Onlardan nakledilen hadislere
gelince, biz yukarıda bahsettiğimiz yanlışlarından
dolayı gözü kapalı kabul etmiyor ve
değerlendirilmesi gerektiği kanısındayız.
Özellikle Ehlibeyt'ten nakledilen hadislere ters
düşenlerini Ehli Beyt hakkındaki Kur'ani ve Nebevi
referansları dikkate alarak reddediyoruz.

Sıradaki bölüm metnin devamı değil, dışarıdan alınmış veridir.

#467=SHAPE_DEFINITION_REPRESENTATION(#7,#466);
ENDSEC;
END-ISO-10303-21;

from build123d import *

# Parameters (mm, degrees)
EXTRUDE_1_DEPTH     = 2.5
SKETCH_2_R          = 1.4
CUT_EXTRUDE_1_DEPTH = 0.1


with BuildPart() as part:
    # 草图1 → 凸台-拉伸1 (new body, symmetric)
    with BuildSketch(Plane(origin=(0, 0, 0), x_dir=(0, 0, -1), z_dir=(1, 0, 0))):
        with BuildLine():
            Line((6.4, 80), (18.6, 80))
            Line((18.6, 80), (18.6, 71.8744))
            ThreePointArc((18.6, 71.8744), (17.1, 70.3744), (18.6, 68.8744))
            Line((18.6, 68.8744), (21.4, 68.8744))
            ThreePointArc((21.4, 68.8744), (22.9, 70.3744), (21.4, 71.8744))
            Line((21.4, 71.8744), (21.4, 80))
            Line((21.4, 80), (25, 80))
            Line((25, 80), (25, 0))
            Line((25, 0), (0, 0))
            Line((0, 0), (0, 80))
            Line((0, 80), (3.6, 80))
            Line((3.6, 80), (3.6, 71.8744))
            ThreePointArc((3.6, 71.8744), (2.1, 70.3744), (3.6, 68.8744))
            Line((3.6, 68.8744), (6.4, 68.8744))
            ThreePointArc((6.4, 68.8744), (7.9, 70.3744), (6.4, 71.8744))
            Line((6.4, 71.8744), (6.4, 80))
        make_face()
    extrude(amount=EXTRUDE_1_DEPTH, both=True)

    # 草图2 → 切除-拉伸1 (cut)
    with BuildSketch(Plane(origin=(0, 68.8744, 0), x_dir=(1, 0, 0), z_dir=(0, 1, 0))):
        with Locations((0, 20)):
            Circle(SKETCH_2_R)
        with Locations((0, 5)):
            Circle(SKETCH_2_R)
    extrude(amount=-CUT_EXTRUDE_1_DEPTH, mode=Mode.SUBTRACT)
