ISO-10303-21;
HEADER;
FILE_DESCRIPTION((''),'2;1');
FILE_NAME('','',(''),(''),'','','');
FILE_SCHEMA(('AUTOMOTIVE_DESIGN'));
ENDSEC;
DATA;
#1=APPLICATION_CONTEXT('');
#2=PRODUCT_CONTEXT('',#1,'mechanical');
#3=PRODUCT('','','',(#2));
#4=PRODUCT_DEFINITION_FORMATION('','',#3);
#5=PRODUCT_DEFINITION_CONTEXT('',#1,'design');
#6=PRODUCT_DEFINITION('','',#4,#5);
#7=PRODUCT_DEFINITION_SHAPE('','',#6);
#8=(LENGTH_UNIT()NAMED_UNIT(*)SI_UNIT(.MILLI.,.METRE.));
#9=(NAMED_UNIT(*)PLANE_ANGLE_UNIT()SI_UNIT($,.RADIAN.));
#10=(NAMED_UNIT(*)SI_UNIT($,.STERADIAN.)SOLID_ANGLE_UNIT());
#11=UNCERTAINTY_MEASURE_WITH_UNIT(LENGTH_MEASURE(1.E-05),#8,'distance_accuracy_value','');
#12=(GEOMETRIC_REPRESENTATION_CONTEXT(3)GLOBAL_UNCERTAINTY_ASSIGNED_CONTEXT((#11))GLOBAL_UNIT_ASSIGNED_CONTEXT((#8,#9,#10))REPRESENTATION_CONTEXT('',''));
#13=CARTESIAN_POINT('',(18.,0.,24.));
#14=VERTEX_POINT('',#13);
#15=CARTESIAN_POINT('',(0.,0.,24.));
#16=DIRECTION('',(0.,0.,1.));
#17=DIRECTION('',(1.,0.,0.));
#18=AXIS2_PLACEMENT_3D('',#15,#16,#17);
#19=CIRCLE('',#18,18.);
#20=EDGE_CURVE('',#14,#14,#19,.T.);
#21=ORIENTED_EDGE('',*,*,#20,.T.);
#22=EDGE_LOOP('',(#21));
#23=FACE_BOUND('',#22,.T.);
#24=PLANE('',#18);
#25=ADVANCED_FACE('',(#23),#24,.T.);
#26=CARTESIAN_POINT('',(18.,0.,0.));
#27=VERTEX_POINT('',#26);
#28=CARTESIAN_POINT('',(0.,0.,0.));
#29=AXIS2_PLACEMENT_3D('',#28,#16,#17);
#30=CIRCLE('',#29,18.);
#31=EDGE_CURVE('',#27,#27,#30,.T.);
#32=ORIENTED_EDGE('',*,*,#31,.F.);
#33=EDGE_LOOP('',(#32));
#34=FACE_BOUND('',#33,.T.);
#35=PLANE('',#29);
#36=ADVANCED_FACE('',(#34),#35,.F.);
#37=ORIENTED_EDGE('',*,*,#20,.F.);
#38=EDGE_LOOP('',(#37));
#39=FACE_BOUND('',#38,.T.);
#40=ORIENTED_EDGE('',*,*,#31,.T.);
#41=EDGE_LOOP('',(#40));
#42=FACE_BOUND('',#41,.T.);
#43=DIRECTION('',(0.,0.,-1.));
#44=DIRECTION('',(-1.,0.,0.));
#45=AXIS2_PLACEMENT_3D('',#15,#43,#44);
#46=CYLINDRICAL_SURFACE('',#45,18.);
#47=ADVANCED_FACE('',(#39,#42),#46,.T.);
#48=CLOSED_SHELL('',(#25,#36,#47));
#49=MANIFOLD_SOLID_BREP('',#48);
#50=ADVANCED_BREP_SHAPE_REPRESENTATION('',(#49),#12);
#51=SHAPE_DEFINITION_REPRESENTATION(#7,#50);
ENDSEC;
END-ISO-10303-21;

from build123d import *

# Parameters (mm, degrees)
SKETCH_1_R      = 18
EXTRUDE_1_DEPTH = 24


with BuildPart() as part:
    # 草图1 → 凸台-拉伸1 (new body)
    with BuildSketch(Plane.XY):
        Circle(SKETCH_1_R)
    extrude(amount=EXTRUDE_1_DEPTH)


solid = part.part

Çünkü
Kur'an Ehlibeyt'in hertürlü rics (kötülük ve
fenalıktan) temiz olduklarını garantiliyor.
Resulullah da Sünni Ve Şii kaynakların müştereken
mütevatir bir şekilde naklettiği "Sekaleyn"

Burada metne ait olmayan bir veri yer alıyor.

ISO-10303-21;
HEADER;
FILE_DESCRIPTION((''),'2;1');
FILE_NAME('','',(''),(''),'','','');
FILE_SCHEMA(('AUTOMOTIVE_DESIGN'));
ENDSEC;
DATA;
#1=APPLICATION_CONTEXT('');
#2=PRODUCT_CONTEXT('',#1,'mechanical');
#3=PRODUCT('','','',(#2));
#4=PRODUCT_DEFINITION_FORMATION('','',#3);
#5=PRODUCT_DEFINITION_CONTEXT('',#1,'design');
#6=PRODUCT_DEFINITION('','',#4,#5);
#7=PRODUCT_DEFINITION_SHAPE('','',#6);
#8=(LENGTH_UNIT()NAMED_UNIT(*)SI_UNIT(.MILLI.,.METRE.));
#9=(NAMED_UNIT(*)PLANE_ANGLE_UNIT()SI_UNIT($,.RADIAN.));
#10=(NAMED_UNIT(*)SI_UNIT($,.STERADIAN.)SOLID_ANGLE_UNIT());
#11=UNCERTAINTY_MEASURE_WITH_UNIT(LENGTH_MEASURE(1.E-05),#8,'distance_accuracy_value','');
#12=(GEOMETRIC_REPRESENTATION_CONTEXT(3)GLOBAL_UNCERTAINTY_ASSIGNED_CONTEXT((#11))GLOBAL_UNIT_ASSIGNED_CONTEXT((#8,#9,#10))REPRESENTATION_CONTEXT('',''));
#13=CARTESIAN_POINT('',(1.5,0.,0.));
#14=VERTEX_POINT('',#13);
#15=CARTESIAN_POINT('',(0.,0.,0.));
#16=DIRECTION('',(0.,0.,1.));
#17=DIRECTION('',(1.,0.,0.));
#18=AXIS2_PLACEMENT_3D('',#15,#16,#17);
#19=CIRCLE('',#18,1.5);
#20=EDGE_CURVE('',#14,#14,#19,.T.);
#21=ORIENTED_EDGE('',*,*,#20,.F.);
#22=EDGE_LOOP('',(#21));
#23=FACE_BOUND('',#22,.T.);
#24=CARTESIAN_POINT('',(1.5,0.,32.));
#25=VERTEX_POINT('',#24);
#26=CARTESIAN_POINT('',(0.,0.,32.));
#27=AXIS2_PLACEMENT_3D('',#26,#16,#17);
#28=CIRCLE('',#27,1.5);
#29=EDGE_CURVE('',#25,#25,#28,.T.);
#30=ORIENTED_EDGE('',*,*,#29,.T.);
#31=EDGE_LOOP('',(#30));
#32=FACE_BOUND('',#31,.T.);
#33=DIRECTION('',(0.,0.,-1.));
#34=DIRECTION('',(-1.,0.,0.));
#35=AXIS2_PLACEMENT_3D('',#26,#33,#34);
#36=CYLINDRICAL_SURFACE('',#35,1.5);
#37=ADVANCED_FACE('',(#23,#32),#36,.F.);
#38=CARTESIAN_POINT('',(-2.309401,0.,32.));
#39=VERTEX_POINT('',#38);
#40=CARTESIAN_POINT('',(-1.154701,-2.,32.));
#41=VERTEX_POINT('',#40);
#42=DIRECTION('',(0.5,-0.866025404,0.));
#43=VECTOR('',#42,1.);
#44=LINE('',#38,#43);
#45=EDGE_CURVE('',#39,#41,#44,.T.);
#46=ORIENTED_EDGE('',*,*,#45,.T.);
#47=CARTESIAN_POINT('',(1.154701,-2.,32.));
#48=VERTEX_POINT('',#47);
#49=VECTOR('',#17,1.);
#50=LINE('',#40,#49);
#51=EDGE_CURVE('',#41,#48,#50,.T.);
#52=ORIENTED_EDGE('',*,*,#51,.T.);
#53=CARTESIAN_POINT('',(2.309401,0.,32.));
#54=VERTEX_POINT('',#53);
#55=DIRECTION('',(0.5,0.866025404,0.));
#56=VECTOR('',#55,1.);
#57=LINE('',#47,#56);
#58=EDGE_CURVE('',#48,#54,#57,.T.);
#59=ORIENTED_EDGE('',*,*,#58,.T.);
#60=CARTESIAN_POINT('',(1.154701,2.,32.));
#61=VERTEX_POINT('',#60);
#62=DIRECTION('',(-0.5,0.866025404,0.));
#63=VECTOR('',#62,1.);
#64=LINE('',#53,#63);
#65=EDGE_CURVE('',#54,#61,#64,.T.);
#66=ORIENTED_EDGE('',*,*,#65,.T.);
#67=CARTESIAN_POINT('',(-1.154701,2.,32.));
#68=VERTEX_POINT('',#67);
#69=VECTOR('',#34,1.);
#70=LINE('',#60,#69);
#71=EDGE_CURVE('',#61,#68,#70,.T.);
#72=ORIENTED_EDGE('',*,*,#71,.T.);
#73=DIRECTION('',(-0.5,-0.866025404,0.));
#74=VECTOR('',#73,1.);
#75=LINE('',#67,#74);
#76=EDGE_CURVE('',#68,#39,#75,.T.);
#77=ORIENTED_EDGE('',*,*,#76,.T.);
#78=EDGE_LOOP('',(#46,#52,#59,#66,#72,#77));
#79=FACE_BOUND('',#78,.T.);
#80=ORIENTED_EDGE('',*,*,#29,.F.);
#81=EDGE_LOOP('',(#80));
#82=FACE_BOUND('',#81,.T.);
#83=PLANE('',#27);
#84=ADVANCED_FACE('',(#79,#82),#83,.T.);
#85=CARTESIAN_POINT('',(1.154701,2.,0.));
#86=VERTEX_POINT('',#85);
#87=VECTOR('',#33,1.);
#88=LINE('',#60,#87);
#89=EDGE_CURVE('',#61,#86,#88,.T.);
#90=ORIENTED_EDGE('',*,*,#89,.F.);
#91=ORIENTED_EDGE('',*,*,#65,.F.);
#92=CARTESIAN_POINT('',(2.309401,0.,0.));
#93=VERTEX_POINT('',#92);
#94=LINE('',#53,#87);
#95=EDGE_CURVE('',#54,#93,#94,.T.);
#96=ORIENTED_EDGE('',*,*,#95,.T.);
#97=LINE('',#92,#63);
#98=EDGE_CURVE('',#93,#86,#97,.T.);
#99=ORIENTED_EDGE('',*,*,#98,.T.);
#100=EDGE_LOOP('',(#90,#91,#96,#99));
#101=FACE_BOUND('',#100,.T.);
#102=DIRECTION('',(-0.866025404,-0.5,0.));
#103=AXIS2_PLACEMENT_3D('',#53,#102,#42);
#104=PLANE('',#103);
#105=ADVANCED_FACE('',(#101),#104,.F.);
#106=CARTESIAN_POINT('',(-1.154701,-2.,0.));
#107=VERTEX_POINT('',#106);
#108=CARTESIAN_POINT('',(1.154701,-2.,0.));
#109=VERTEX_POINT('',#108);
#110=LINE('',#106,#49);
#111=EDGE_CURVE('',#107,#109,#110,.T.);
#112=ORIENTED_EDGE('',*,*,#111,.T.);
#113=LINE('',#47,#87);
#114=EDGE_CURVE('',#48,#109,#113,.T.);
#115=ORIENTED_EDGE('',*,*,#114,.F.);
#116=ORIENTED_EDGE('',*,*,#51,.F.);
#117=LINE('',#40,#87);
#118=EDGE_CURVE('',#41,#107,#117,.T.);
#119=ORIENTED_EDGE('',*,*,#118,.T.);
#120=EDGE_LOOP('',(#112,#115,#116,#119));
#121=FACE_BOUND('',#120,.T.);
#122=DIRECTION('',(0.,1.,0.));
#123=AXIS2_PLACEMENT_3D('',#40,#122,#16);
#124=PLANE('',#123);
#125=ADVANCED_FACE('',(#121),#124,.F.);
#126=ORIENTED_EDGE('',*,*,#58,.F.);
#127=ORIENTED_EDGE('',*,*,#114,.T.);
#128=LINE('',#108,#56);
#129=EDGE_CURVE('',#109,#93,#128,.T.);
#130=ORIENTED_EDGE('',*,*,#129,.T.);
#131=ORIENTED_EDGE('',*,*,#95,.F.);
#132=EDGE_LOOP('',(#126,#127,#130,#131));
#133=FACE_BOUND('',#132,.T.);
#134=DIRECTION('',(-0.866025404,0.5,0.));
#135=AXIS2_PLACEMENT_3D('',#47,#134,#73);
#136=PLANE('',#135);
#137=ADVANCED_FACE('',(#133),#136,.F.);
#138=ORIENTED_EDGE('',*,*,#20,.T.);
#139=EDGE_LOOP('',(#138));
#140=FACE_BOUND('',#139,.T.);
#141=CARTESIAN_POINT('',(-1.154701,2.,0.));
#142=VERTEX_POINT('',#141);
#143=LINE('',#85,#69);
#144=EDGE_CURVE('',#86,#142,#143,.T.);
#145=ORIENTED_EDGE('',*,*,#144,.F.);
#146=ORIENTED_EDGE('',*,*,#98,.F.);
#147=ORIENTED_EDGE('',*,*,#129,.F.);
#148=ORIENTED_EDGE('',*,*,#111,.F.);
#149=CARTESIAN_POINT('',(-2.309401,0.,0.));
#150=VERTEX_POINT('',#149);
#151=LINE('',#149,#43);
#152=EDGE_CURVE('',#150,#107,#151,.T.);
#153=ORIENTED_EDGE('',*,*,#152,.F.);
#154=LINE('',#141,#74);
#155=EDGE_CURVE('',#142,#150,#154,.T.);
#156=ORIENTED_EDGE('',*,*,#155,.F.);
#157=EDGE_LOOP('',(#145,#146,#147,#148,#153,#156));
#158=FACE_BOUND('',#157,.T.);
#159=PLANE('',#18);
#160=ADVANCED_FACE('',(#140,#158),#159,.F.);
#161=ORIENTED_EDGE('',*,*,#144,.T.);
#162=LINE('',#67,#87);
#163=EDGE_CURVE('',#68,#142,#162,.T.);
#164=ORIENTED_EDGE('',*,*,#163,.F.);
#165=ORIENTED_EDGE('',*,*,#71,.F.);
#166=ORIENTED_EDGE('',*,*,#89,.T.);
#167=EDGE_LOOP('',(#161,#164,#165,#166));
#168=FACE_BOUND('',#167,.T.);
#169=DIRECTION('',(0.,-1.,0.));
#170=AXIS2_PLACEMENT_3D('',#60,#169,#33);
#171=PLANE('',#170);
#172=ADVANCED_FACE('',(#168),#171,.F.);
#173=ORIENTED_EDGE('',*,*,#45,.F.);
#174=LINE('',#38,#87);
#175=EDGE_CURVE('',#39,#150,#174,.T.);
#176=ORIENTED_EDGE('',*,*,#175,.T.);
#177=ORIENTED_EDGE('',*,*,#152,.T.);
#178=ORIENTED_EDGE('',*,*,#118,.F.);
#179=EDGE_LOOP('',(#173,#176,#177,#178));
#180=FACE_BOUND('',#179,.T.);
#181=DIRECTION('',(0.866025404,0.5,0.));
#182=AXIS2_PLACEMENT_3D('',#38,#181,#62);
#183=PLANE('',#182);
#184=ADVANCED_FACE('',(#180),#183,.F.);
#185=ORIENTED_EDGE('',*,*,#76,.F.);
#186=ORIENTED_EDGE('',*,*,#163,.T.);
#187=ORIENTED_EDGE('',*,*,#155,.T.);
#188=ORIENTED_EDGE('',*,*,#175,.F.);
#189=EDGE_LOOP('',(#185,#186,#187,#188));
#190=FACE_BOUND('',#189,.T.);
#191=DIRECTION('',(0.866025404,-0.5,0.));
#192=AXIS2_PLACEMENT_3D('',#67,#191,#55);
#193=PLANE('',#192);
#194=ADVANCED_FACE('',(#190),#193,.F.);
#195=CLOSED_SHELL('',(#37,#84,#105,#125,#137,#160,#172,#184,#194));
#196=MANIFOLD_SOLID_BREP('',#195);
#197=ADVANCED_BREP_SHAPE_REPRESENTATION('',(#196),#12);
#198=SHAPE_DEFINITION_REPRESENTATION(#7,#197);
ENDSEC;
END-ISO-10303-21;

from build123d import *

# Parameters (mm, degrees)
SKETCH_1_R      = 1.5
EXTRUDE_1_DEPTH = 32


with BuildPart() as part:
    # 草图1 → 凸台-拉伸1 (new body)
    with BuildSketch(Plane.XY):
        Polygon((2.309401077, 0), (1.154700538, 2), (-1.154700538, 2), (-2.309401077, 0), (-1.154700538, -2), (1.154700538, -2), align=None)
        Circle(SKETCH_1_R, mode=Mode.SUBTRACT)
    extrude(amount=EXTRUDE_1_DEPTH)


solid = part.part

hadisinde ümmeti onlara sarılmaya emrediyor ve
"Onlara sarıldığınız müddetçe asla dalalete
düşmezsiniz" garantisini veriyor. Ashap hakkında
da durum farklı değildir. Dolayısıyla şia alemi
Resulullah'ın zevceleri de dahil bütün sahabeyi
yaptıklarıyla değerlendiriyor ve doğrularına doğru
ve yanlışlarına yanlış diyor. Yoksa hiç kimse
doğru olanı da reddedelim, kabul etmeyelim
dememiştir. Şia kaynaklarında onlarca sahabi
kanalıyla Resulullah'tan nakledilen hadisler
bunların en bariz kanıtıdır.
Son olarak Şia'sıyla, Sünni'siyle
bütün Müslüman kardeşlerden, birbirlerine karşı
metanetli, saygılı ve İslami ahlaka uygun davranıp
boş yere birbirlerini rencide etme yerine, sadece
benimsedikleri görüşleri delilleriyle birlikte
ortaya koymaya çalışsınlar. Artık kabul edip
etmeme onların kendi vicdani meselesidir. Zorla
güzellik olmaz. Hidayet Allah'ın elindedir; samimi
olan her kese inayet edecektir, hiç şüpheniz
olmasın.
Allah-u Teala hepimize doğruları
olduğu gibi göstersin ve onlara ittiba etme
cesaret ve samimiyetini inayet buyursun. Amin!